Work to be completed →
Tell how many lines in the records contain the word "DIRECTION"; the number alone is the answer.

Material supplied →
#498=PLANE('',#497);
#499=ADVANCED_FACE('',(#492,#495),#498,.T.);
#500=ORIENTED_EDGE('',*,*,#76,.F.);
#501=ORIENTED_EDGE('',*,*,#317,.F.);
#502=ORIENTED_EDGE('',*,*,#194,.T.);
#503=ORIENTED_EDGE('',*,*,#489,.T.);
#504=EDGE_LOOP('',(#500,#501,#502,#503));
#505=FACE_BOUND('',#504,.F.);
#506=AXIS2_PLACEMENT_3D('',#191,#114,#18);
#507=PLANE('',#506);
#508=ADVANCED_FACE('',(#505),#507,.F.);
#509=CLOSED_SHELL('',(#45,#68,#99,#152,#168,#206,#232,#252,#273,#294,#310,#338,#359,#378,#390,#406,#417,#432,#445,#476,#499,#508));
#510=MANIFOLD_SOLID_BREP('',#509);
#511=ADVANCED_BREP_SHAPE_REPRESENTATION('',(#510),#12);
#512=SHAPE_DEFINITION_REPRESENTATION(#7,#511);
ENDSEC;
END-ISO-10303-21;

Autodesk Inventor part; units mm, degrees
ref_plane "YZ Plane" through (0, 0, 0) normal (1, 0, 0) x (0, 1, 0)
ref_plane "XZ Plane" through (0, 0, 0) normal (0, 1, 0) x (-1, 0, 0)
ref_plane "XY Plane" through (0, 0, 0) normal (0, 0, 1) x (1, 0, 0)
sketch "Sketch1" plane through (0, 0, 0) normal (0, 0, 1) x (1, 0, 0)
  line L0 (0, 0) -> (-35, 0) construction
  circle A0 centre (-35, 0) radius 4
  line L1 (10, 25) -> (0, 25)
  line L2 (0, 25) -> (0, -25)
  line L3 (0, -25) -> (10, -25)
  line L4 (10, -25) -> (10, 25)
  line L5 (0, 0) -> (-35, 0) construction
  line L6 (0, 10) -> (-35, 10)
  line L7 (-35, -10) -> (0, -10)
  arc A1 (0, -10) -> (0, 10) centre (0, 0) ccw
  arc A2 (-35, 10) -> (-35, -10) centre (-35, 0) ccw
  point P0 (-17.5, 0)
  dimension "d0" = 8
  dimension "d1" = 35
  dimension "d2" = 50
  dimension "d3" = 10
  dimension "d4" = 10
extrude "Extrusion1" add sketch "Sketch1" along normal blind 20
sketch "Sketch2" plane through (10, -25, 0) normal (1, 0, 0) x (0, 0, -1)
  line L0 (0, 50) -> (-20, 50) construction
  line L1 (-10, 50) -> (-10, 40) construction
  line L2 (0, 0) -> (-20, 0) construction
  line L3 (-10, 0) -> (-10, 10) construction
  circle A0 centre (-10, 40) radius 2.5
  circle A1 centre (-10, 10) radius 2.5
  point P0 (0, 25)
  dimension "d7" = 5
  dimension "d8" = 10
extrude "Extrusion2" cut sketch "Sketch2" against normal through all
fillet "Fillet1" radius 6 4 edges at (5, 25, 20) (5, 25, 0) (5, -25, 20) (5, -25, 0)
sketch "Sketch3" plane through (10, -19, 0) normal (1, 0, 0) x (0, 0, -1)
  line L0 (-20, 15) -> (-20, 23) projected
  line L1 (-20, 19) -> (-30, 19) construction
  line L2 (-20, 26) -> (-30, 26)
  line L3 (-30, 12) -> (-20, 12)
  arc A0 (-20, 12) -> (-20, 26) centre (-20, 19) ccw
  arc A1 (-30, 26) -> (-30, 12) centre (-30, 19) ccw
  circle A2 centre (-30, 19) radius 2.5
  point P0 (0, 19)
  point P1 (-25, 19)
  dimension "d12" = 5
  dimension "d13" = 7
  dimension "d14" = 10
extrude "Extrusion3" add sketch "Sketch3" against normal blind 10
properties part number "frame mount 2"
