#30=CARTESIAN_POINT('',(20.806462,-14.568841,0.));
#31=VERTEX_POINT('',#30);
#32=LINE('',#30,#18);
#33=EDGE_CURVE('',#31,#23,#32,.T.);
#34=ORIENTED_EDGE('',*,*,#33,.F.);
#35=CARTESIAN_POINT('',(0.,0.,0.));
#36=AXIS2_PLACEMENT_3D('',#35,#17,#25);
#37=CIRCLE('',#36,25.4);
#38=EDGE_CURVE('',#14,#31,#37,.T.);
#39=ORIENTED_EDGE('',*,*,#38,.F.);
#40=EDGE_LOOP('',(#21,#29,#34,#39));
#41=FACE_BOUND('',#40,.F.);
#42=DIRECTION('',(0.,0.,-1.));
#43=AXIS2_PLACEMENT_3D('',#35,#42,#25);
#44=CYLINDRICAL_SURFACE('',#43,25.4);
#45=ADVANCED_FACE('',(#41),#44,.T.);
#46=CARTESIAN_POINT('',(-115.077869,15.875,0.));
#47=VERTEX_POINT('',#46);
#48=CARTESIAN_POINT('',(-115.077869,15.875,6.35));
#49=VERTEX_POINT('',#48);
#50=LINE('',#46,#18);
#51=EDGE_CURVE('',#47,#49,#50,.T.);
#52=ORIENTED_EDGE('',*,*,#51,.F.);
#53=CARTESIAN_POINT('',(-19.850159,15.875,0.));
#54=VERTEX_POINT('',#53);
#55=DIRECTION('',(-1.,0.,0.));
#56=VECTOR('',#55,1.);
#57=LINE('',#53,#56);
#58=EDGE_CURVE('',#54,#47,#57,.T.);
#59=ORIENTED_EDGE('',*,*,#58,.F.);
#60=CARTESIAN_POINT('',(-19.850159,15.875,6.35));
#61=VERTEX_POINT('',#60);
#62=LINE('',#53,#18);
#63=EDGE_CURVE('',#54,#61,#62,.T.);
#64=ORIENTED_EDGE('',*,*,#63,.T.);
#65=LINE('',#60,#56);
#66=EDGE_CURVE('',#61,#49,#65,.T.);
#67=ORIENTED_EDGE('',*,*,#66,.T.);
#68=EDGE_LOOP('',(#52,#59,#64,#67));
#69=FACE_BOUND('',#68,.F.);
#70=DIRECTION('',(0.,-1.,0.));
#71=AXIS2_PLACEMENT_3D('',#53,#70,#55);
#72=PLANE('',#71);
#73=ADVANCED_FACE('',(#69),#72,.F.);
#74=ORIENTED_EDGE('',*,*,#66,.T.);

Output for this task →
3